Towards an understanding of the role of preformed and inducible barriers in the interaction between ripening tomato fruit and the fungal pathogen, Botrytis cinerea.

CANTU D, VICENTE A, BLANCO ULATE B, LABAVITCH JM, BENNETT AB, POWELL, ALT

USA

Conferencia; Gordon Research Conference Postharvest Physiology.; 2010

GRC

The success of a microbe in colonizing a plant depends on its ability to overcome the constitutive and inducible barriers that the host interposes to limit the invasiveness of a pathogen. Ripening of tomato fruit is associated with increased susceptibility to Botrytis cinerea.. Histochemical analysis, transcriptome and proteome profiling of infected fruit tissues, together with the phenotype of fruit with altered defense signaling, demonstrate that in response to Botrytis cinerea unripe green fruit activate pathogen defense responses that may contribute to unripe fruit resistance. Additionally to defense responses, however, Botrytis induces the expression of genes associated with fruit ripening, including polygalacturonase (LePG) and expansin (LeExp1), which are among the cell wall proteins that in tomato fruit cooperatively participate in the ripening associated cell wall disassembly.

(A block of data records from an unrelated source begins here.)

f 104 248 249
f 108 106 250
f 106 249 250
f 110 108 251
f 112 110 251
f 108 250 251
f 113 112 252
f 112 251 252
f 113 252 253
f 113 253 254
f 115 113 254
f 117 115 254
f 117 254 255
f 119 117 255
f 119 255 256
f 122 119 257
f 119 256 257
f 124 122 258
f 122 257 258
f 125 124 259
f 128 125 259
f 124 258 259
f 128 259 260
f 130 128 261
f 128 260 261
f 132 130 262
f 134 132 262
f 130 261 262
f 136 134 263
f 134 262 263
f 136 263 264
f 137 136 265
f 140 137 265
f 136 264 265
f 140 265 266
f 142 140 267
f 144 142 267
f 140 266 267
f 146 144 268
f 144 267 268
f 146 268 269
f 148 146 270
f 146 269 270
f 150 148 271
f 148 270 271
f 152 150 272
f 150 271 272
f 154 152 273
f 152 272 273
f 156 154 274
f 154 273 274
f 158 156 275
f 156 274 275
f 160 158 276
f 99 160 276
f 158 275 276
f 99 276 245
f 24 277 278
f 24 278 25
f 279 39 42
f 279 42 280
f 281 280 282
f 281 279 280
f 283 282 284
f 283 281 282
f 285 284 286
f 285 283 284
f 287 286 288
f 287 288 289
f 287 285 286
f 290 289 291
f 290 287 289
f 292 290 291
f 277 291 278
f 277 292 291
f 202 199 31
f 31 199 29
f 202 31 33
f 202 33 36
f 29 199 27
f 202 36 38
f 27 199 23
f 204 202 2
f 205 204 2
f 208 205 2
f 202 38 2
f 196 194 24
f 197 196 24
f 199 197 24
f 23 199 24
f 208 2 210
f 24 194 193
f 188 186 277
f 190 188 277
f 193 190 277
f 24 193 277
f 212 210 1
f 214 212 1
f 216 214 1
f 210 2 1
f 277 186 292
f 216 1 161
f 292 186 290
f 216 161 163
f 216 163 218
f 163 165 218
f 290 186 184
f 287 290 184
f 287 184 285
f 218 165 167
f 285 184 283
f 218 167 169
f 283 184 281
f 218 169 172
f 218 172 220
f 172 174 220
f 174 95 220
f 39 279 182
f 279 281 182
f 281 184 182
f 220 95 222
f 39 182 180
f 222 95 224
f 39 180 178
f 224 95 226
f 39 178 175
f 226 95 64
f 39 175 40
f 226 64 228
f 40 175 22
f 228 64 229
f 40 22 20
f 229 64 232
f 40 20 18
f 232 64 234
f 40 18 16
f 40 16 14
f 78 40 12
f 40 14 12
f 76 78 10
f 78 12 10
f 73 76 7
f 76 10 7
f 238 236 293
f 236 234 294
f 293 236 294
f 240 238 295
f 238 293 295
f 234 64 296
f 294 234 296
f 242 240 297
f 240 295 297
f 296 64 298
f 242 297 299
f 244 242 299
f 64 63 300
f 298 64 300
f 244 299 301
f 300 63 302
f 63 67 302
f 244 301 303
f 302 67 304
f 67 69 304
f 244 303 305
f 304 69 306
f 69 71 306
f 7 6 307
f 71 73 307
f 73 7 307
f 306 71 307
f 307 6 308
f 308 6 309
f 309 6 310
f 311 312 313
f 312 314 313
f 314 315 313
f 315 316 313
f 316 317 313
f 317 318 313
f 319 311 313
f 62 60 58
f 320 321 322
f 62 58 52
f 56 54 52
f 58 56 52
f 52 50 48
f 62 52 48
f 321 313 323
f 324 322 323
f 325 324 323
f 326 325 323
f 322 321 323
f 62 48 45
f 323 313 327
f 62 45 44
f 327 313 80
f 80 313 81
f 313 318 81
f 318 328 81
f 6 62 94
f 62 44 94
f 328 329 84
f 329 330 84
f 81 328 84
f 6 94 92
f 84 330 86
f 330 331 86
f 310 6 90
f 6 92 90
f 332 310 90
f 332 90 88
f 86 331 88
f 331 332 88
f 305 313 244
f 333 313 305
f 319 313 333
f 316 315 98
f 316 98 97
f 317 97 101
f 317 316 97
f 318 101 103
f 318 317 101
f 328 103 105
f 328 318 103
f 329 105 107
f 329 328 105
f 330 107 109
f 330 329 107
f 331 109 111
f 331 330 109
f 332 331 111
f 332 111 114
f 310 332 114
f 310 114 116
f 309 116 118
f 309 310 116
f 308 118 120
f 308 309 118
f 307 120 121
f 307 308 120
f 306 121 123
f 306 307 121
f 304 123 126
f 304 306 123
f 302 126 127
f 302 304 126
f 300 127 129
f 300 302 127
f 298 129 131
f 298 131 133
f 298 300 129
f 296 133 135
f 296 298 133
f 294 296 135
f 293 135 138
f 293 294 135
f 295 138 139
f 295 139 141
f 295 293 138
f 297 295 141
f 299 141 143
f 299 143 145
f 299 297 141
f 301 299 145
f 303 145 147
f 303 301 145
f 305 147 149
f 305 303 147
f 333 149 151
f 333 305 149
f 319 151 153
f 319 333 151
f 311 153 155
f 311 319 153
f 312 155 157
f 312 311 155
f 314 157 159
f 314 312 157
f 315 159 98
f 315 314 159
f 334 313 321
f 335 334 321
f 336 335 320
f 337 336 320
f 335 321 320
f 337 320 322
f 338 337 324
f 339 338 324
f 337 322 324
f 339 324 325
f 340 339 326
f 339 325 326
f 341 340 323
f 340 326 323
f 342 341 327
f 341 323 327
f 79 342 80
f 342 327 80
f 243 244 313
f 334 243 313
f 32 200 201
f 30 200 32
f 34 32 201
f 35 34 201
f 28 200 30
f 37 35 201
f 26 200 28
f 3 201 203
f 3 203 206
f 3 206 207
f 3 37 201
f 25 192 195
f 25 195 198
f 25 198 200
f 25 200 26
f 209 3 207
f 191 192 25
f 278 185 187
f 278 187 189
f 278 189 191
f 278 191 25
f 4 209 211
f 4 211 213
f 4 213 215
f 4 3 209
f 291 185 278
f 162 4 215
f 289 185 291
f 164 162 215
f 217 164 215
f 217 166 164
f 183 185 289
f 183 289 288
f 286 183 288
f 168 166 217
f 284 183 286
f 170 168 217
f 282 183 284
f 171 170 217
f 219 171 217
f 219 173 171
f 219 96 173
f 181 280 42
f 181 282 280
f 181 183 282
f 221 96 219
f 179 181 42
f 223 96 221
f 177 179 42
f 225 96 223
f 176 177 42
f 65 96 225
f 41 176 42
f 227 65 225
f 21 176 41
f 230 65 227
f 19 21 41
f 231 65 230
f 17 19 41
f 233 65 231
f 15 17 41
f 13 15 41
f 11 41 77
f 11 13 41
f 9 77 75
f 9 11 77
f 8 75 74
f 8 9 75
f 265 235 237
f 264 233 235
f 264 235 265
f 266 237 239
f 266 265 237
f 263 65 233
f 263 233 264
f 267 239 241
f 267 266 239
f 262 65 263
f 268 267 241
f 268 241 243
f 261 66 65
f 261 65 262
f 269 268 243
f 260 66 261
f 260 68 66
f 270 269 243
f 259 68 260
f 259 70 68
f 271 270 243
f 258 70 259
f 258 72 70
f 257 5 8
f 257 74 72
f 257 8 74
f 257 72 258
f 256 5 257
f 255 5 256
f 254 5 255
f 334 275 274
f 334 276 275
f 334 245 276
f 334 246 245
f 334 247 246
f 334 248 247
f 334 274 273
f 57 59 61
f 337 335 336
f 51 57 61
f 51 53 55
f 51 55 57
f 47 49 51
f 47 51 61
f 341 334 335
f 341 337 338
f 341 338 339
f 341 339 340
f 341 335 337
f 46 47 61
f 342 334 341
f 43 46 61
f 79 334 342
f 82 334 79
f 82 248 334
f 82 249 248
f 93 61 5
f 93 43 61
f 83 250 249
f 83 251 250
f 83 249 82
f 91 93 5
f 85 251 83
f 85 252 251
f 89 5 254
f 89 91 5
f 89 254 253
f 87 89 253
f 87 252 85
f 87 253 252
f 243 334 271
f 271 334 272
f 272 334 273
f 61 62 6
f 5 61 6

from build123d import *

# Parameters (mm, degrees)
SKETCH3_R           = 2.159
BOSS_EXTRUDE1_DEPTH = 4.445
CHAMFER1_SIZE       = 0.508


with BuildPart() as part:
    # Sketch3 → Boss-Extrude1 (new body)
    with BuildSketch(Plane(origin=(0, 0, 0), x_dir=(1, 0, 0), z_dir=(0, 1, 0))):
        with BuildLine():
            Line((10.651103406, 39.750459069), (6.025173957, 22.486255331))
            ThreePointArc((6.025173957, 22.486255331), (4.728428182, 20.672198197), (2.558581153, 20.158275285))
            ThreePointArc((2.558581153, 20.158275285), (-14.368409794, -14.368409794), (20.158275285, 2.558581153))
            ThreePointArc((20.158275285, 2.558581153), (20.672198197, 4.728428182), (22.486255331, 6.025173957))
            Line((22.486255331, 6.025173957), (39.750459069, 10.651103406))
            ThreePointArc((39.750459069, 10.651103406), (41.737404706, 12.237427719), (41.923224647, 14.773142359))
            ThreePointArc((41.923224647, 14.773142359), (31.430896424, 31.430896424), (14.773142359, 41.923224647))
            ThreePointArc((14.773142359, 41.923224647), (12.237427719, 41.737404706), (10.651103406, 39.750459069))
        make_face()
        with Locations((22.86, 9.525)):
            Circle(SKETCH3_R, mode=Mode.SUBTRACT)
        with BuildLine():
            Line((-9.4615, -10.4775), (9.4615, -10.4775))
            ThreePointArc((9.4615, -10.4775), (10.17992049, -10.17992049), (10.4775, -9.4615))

The simultaneous suppression of both LePG and LeExp1 reduces dramatically the ripening associated cell wall disassembly and susceptibility of ripe fruit to Botrytis cinerea. Tomato ripening is regulated independently and cooperatively by ethylene and transcription factors, including NOR and RIN.  Mutations in NOR or RIN or interference with ethylene perception prevent fruit from ripening, whereas only a mutation in NOR renders fruit resistant to Botrytis cinerea, suggesting that not all ripening pathways render fruit susceptible. Significantly, LePG and LeExp1 are only induced in susceptible rin fruit and not in resistant nor fruit. That the fungal secretome does not change regardless of fruit ripening further supports the dependence of fungal virulence on fruit functions. These results demonstrate that Botrytis virulence depends on some, but not all ripening processes. The onset of ripening marks the completion of seed maturation when fruit become agents of seed dispersal, a process that may be facilitated by ripening associated pathogen susceptibility. The demonstrated pathogen dependence on the self-disassembly of ripening fruit cell walls assures that seeds mature before fruit decomposition is promoted. Thus, the activity of fungal virulence factors and fruit ripening functions combine to contribute to the completion of the life cycles of both plant and pathogen.